Stored data:
----------
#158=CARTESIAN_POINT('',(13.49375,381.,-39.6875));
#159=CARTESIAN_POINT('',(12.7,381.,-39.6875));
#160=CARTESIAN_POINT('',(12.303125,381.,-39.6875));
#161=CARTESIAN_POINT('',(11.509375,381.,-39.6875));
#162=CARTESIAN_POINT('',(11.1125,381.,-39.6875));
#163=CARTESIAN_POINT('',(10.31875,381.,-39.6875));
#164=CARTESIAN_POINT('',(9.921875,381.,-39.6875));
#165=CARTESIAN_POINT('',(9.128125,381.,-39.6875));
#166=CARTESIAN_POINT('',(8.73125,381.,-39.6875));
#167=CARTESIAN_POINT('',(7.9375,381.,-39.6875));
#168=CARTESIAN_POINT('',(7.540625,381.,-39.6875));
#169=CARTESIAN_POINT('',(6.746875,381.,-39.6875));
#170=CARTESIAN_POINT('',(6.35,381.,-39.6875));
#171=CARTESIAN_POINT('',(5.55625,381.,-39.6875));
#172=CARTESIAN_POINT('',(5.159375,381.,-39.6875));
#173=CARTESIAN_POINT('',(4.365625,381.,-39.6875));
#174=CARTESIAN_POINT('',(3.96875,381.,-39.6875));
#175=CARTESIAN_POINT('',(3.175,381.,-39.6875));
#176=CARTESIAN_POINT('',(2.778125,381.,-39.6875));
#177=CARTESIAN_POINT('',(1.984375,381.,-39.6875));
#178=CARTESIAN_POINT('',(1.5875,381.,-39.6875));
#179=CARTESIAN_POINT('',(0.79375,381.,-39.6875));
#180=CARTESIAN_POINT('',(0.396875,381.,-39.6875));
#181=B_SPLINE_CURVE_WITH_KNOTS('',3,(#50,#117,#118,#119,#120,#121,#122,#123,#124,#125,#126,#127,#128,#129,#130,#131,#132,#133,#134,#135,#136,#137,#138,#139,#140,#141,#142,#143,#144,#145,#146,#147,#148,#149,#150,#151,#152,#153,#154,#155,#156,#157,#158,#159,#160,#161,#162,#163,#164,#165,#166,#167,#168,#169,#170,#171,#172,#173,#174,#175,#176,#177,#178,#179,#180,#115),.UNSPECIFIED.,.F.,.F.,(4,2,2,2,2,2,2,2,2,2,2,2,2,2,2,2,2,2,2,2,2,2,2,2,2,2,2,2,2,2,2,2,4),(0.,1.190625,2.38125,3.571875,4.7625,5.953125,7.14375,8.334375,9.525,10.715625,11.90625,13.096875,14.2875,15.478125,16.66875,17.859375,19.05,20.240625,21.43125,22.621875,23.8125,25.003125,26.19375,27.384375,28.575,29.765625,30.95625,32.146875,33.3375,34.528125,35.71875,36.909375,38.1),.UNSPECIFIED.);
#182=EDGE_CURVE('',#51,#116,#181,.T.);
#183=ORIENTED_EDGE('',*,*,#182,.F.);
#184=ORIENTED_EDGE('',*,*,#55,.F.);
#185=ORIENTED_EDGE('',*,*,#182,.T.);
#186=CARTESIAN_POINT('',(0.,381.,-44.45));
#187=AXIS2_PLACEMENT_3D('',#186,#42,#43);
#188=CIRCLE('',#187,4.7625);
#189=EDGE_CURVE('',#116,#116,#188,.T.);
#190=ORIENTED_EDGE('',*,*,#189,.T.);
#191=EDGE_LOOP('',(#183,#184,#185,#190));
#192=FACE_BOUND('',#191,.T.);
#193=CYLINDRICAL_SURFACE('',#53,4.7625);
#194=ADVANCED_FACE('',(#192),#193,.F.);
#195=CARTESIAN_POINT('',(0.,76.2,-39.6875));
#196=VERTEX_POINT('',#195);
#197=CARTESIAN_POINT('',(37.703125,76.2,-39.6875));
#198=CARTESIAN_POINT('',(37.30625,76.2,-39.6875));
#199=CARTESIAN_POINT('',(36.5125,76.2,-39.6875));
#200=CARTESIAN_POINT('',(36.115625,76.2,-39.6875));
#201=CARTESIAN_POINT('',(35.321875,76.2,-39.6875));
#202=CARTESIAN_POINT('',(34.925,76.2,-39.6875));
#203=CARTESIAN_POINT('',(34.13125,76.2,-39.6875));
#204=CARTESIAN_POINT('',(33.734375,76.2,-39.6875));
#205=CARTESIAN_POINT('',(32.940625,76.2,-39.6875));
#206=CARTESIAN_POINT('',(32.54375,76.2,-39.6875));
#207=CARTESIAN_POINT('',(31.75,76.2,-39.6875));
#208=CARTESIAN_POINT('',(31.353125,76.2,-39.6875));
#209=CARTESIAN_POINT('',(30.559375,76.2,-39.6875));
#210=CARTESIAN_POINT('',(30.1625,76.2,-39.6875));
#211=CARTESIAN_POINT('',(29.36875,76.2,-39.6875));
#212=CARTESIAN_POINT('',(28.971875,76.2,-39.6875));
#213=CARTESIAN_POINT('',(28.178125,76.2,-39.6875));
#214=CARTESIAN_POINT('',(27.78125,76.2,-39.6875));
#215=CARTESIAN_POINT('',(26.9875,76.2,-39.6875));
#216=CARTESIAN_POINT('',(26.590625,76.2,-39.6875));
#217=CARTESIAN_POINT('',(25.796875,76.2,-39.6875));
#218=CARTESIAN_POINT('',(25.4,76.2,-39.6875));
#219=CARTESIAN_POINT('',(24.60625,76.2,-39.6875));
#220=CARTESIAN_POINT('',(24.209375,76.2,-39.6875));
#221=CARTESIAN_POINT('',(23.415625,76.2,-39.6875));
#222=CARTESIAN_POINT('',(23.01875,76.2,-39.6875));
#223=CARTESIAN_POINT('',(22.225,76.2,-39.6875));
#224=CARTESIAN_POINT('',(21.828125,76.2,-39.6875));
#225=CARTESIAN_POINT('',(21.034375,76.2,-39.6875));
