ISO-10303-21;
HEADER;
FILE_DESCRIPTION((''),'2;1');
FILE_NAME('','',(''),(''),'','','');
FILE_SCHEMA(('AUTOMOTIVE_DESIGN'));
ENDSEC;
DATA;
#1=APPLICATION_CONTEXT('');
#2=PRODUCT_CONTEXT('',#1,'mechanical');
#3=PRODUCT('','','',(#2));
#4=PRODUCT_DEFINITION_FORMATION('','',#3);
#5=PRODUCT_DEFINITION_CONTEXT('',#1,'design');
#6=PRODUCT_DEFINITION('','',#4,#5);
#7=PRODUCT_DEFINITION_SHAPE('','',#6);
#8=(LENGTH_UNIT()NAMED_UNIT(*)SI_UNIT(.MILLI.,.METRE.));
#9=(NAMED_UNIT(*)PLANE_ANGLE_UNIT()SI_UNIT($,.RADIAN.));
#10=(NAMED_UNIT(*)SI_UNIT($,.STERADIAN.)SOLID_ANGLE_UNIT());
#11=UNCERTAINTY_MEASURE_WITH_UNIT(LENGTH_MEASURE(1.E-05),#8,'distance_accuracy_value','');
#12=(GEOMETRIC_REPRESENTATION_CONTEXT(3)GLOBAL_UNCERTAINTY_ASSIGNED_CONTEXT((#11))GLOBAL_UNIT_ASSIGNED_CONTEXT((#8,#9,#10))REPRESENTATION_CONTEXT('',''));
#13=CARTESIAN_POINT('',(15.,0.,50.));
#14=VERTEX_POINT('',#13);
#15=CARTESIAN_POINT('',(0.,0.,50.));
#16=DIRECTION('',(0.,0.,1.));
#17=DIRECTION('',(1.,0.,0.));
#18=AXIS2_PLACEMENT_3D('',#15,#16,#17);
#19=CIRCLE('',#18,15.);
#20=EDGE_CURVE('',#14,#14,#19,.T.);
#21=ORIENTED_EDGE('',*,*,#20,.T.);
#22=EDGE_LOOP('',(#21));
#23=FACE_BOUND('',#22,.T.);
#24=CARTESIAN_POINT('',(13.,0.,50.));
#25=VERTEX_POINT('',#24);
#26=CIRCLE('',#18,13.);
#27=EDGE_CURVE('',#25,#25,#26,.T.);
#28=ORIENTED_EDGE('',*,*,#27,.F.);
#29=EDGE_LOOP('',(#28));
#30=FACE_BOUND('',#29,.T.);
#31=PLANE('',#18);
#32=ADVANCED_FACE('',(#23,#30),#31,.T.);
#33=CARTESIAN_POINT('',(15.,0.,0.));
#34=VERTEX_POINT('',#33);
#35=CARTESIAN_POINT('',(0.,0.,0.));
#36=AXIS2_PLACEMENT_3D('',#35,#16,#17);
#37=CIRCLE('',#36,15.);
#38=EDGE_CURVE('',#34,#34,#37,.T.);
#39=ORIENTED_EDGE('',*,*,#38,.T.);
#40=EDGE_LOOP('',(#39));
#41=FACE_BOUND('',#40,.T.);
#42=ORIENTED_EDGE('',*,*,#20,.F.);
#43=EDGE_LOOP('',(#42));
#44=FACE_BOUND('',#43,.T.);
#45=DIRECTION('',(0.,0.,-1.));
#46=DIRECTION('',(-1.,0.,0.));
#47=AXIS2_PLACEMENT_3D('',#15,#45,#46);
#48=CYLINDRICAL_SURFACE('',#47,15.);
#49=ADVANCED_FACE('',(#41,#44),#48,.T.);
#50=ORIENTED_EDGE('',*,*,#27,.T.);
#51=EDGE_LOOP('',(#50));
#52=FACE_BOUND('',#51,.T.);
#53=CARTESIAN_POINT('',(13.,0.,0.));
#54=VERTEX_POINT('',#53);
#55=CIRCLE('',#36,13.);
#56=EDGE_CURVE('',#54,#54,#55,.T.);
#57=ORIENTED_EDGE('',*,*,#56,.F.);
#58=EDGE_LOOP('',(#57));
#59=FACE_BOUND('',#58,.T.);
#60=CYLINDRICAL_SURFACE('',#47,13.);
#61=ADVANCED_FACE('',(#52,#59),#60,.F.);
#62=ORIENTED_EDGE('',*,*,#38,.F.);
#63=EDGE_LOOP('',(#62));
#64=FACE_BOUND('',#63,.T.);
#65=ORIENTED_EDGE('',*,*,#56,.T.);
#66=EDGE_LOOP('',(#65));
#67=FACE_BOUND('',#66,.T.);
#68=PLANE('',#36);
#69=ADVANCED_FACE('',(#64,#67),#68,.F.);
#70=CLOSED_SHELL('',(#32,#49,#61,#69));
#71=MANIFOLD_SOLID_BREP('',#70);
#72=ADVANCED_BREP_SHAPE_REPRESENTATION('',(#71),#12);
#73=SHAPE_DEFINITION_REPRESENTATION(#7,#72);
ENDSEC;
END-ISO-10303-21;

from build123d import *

# Parameters (mm, degrees)
ESQUISSE1_R        = 15
ESQUISSE1_R_2      = 13
BOSS_EXTRU_1_DEPTH = 50


with BuildPart() as part:
    # Esquisse1 → Boss.-Extru.1 (new body)
    with BuildSketch(Plane.XY):
        Circle(ESQUISSE1_R)
        Circle(ESQUISSE1_R_2, mode=Mode.SUBTRACT)
    extrude(amount=BOSS_EXTRU_1_DEPTH)


solid = part.part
----------
**REQUIRED ACTION**
The lines above from the one with "#199=CARTESIAN_POINT('',(36.5125,76.2,-39.6875));" through the one with "#206=CARTESIAN_POINT('',(32.54375,76.2,-39.6875));" are to be duplicated exactly, ends included, with nothing added.

**YOUR SOLUTION**
#199=CARTESIAN_POINT('',(36.5125,76.2,-39.6875));
#200=CARTESIAN_POINT('',(36.115625,76.2,-39.6875));
#201=CARTESIAN_POINT('',(35.321875,76.2,-39.6875));
#202=CARTESIAN_POINT('',(34.925,76.2,-39.6875));
#203=CARTESIAN_POINT('',(34.13125,76.2,-39.6875));
#204=CARTESIAN_POINT('',(33.734375,76.2,-39.6875));
#205=CARTESIAN_POINT('',(32.940625,76.2,-39.6875));
#206=CARTESIAN_POINT('',(32.54375,76.2,-39.6875));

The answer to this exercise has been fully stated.